There’s a lot more to building a dream team, which is why we’ve previously devoted a StartupTalk on the subject. Dig deeper into the matter in our previous article from PreSeed Academy.

Understand the rules to play the game

The last advice we’d like to leave you with is to understand the dynamics of investors. Look into their business model to figure out how they make money and hereby what they’re specifically looking for. This also makes it easier for you to know how to approach them. Naturally, different investors will have different points of view and business model, but there are similarities to be found. As Peter emphasized, one of them is that investors suffer from the very same as all SoMe-addicted Millenials: The Fear Of Missing Out (FOMO). They all want to be in on the next big thing and not miss out on a sweet deal. In that connection, Peter pinpointed a law of nature ruling in the funding landscape, which he defined as the law of attraction. Once you get one investor hooked, others will come around as that gives a notion of something big is coming up that they don’t want to miss out on. It adds to the importance of targeting the right investors at first hand, as already described, as this will increase your chances of getting investors on board ASAP.
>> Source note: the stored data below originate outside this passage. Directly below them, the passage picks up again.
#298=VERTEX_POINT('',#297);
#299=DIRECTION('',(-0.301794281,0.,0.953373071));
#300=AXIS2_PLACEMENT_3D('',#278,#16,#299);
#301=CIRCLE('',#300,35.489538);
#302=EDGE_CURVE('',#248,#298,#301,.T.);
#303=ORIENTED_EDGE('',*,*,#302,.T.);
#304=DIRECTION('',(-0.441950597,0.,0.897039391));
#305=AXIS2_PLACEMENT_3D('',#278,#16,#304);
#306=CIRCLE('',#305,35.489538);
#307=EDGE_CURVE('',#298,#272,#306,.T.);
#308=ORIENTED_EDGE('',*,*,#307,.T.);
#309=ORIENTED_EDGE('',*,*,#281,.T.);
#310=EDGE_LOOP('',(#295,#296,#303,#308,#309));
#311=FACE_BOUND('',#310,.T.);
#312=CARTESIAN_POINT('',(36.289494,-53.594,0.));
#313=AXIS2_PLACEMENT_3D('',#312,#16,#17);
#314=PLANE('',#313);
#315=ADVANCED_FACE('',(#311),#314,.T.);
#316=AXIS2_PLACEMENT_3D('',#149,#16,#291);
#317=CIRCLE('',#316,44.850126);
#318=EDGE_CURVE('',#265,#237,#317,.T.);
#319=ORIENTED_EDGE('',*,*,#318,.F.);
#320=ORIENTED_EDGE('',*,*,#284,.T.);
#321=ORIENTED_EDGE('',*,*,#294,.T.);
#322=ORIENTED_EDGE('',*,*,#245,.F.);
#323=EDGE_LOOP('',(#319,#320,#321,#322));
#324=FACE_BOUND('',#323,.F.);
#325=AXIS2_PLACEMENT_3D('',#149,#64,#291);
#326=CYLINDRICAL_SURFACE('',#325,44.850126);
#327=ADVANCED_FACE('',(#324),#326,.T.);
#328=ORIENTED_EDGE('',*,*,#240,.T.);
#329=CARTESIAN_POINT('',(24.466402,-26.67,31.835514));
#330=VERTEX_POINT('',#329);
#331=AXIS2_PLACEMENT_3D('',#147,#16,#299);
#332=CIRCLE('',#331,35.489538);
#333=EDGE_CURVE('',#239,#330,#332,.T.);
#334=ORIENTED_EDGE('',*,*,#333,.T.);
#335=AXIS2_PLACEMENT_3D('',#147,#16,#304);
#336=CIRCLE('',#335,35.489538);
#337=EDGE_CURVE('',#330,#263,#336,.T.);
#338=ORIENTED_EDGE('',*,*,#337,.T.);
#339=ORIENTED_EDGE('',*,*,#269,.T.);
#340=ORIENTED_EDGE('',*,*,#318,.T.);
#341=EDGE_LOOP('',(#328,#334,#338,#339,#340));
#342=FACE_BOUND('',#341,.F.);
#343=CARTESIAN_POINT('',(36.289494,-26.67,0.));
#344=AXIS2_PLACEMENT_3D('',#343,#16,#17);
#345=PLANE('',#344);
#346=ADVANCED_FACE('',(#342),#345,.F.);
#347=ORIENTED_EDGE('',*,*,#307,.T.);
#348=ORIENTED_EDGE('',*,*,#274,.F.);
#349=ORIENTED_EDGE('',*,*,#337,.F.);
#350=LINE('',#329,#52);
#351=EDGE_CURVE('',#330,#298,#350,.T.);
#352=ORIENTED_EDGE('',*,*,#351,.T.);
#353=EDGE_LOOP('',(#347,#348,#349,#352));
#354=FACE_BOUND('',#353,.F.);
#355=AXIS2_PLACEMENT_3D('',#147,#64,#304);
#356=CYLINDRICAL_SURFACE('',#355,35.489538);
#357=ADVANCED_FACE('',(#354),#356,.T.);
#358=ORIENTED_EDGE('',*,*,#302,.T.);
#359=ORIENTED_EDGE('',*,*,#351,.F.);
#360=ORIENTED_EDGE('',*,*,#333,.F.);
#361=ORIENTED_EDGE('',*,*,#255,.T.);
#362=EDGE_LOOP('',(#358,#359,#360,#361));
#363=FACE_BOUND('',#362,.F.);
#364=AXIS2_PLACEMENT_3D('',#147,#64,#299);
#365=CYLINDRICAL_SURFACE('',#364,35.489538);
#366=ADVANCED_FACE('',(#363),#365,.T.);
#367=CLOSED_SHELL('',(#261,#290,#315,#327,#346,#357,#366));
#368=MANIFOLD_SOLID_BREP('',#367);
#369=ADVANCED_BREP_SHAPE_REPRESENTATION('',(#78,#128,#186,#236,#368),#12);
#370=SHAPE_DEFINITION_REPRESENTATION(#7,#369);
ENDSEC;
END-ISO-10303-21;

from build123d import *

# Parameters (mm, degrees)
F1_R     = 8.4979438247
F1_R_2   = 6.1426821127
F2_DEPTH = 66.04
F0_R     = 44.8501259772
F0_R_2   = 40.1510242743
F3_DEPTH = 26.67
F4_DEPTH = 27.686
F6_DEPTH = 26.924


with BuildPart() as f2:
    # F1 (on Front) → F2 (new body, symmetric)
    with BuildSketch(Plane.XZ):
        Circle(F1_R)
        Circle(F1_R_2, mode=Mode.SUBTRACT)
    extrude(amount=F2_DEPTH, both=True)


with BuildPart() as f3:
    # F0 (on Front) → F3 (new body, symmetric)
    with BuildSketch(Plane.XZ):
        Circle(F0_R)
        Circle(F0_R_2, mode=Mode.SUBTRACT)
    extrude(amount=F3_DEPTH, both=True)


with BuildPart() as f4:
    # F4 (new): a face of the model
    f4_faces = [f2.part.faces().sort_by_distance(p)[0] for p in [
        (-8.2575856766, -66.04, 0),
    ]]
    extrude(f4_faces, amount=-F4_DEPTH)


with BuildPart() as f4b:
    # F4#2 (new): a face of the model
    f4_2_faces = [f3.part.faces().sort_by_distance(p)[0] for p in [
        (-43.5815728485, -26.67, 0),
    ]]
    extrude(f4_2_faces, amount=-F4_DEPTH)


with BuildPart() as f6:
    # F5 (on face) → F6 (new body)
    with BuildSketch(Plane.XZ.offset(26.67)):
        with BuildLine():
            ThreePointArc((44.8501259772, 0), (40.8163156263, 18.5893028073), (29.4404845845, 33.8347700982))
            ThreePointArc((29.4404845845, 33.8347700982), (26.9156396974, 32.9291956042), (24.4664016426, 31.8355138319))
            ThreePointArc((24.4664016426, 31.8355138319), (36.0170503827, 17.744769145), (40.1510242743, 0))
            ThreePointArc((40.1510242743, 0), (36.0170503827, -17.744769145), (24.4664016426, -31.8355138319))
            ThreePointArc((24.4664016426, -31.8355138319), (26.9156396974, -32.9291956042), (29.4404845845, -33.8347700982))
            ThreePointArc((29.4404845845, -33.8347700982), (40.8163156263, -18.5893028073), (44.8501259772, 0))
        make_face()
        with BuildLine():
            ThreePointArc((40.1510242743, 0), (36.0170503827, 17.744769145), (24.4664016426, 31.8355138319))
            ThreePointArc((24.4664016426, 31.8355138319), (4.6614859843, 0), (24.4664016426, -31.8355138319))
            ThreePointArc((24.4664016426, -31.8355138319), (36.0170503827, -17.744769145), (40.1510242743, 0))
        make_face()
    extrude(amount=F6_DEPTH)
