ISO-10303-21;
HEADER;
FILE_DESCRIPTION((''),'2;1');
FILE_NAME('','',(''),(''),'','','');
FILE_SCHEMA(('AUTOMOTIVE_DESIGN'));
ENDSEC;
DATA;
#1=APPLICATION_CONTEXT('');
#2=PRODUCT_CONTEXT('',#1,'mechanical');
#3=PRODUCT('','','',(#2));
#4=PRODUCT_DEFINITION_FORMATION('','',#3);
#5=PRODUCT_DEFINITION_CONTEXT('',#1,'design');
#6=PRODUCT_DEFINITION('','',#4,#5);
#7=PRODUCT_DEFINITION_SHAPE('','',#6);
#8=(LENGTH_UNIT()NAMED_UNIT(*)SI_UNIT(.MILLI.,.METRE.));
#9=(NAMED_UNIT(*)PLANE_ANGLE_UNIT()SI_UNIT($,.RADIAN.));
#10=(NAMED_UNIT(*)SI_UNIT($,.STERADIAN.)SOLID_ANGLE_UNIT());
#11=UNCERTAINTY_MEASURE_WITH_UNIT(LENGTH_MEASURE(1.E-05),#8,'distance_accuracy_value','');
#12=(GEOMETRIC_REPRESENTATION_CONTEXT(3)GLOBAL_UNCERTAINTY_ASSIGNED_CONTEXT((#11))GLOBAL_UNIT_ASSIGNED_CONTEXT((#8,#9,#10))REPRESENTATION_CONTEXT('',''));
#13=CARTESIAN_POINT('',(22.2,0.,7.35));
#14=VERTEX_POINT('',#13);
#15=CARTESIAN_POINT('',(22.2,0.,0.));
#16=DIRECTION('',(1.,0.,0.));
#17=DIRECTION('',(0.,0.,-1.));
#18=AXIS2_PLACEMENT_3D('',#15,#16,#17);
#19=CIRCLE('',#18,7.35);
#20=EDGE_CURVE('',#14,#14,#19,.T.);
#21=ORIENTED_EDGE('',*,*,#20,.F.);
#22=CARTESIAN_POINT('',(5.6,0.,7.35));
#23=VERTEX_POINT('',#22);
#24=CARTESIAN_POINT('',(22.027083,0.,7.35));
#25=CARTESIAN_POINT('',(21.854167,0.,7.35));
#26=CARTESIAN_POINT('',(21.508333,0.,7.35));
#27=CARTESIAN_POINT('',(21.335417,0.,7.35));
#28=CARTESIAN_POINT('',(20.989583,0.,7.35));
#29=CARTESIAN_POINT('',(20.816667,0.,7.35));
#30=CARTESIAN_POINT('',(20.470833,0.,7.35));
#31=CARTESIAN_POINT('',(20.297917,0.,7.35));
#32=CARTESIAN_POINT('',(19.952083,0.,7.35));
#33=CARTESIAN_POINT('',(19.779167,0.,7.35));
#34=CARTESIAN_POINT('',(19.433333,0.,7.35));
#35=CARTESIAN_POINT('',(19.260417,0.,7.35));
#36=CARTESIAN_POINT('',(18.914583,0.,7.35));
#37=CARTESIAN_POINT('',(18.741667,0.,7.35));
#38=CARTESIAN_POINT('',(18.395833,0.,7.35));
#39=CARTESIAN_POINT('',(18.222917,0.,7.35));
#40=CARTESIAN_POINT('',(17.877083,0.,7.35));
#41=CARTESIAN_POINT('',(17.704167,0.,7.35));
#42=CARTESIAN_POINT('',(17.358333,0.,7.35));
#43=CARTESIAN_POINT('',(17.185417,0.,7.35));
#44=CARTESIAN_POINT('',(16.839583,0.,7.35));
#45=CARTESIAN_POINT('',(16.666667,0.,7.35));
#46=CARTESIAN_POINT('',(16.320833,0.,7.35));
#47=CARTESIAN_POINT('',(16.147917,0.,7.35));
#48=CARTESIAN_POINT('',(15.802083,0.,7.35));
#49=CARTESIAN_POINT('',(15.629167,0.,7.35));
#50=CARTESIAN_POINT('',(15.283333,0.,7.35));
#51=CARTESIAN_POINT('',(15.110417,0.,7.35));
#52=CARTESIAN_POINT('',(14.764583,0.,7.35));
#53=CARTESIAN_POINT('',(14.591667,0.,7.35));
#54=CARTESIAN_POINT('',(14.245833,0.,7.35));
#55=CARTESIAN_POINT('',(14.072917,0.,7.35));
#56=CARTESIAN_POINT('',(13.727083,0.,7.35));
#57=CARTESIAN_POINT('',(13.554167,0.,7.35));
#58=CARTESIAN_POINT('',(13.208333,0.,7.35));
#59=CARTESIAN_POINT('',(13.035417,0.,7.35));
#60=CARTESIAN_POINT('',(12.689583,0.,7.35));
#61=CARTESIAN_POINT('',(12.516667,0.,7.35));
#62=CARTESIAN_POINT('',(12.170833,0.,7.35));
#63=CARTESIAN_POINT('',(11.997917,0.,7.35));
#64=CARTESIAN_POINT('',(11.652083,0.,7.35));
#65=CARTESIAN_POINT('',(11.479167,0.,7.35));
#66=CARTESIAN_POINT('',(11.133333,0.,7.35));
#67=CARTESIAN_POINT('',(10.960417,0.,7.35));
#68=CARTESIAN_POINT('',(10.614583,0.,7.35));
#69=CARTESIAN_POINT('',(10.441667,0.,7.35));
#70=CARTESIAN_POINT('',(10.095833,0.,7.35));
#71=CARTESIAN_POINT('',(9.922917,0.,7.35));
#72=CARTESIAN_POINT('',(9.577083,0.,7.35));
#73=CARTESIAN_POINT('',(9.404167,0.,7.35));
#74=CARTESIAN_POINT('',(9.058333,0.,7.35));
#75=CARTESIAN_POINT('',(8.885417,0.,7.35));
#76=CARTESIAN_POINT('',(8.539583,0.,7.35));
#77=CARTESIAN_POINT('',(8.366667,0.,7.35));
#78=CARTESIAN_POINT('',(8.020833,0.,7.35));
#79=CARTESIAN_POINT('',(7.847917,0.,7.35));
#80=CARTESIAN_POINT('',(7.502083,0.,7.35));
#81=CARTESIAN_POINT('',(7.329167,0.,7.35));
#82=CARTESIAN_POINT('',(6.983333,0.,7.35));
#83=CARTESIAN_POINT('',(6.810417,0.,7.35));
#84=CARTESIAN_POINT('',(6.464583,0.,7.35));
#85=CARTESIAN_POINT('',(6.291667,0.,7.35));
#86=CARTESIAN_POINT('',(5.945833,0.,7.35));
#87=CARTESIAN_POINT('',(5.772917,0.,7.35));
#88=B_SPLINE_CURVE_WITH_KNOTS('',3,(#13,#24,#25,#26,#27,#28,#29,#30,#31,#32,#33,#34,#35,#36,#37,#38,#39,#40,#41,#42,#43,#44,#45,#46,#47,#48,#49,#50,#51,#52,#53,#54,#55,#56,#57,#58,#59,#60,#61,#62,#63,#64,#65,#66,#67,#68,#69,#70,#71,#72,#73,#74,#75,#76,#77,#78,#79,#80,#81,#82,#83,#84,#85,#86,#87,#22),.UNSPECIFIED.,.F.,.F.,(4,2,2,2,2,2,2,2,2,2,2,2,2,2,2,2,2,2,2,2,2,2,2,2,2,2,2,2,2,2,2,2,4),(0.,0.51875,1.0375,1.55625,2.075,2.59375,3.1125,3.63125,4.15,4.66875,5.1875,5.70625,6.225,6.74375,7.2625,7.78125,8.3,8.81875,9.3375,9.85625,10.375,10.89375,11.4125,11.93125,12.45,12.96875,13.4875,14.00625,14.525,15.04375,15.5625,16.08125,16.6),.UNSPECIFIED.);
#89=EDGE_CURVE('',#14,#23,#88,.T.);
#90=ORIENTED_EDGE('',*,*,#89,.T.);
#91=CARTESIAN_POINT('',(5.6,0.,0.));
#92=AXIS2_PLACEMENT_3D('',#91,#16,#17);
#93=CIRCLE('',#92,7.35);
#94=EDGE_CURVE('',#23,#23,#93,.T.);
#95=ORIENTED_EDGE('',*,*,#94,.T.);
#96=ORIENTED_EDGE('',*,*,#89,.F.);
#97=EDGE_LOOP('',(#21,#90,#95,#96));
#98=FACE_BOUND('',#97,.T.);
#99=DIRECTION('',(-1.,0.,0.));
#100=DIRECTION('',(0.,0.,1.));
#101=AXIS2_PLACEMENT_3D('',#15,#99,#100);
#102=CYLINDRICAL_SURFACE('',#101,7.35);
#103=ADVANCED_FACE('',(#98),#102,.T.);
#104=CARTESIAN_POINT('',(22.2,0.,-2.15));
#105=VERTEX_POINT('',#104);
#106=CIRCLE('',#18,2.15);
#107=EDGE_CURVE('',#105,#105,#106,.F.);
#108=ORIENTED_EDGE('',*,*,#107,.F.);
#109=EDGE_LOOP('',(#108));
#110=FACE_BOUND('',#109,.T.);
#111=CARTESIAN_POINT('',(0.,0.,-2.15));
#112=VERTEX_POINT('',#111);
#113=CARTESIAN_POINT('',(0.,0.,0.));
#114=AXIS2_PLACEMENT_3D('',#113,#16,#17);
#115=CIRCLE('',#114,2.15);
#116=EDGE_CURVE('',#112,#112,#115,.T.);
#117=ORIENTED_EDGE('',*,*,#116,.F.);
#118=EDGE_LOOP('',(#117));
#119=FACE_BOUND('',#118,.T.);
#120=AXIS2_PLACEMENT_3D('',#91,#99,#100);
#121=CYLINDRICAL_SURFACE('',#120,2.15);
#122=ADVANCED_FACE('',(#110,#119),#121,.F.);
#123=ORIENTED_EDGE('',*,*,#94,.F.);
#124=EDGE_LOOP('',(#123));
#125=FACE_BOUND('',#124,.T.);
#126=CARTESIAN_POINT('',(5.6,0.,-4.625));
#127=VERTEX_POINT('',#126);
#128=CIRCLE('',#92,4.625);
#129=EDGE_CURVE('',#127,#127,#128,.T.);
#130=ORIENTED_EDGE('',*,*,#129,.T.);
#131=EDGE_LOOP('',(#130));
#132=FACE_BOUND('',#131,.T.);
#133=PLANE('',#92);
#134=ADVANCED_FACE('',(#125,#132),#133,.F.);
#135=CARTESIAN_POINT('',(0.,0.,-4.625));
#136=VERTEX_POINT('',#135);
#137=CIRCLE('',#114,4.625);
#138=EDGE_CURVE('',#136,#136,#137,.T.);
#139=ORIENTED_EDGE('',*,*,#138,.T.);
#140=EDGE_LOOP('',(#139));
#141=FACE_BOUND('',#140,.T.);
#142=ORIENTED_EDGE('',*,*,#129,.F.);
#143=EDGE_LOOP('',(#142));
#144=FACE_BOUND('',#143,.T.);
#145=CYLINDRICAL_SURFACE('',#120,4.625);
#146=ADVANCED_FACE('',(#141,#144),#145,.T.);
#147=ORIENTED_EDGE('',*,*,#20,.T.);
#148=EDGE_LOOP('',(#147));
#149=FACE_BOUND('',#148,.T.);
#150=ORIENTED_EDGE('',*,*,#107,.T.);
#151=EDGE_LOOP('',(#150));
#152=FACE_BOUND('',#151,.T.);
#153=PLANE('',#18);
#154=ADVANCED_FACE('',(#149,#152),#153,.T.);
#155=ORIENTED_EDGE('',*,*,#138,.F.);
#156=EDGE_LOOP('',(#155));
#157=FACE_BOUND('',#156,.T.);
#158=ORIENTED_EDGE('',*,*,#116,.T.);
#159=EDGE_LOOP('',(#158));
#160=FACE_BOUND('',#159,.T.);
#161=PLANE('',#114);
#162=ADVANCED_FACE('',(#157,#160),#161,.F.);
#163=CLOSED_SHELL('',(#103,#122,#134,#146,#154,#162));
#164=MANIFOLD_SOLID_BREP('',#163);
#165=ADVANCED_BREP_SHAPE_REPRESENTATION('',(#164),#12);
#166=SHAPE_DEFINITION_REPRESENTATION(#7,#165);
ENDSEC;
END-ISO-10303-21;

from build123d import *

# Parameters (mm, degrees)
SKETCH1_R           = 4.625
SKETCH1_R_2         = 2.15
BOSS_EXTRUDE1_DEPTH = 5.6
SKETCH2_R           = 7.35
SKETCH2_R_2         = 2.15
BOSS_EXTRUDE2_DEPTH = 16.6


with BuildPart() as part:
    # Sketch1 → Boss-Extrude1 (new body)
    with BuildSketch(Plane(origin=(0, 0, 0), x_dir=(0, 0, -1), z_dir=(1, 0, 0))):
        Circle(SKETCH1_R)
        Circle(SKETCH1_R_2, mode=Mode.SUBTRACT)
    extrude(amount=BOSS_EXTRUDE1_DEPTH)

    # Sketch2 → Boss-Extrude2 (add)
    with BuildSketch(Plane(origin=(5.6, 0, 0), x_dir=(0, 0, -1), z_dir=(1, 0, 0))):
        with Locations(Location((0, 0, 0), (0, 0, 180))):
            Circle(SKETCH2_R)
        Circle(SKETCH2_R_2, mode=Mode.SUBTRACT)
    extrude(amount=BOSS_EXTRUDE2_DEPTH)


solid = part.part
It’s how you plan to spend the money that matters

One thing is to get funding, another thing is what to do with the funding. Peter Zigler underlined that

Money isn’t a measure, but a means to something

What he wished he knew a few years back, is that you should have a detailed plan with the funding you get. Most investors wants to see this anyway. Don’t just show how much you’re looking to raise, but show how you’re going to spend the money and what you’re going to achieve with them.

That was the words this time around. Happy funding hunting!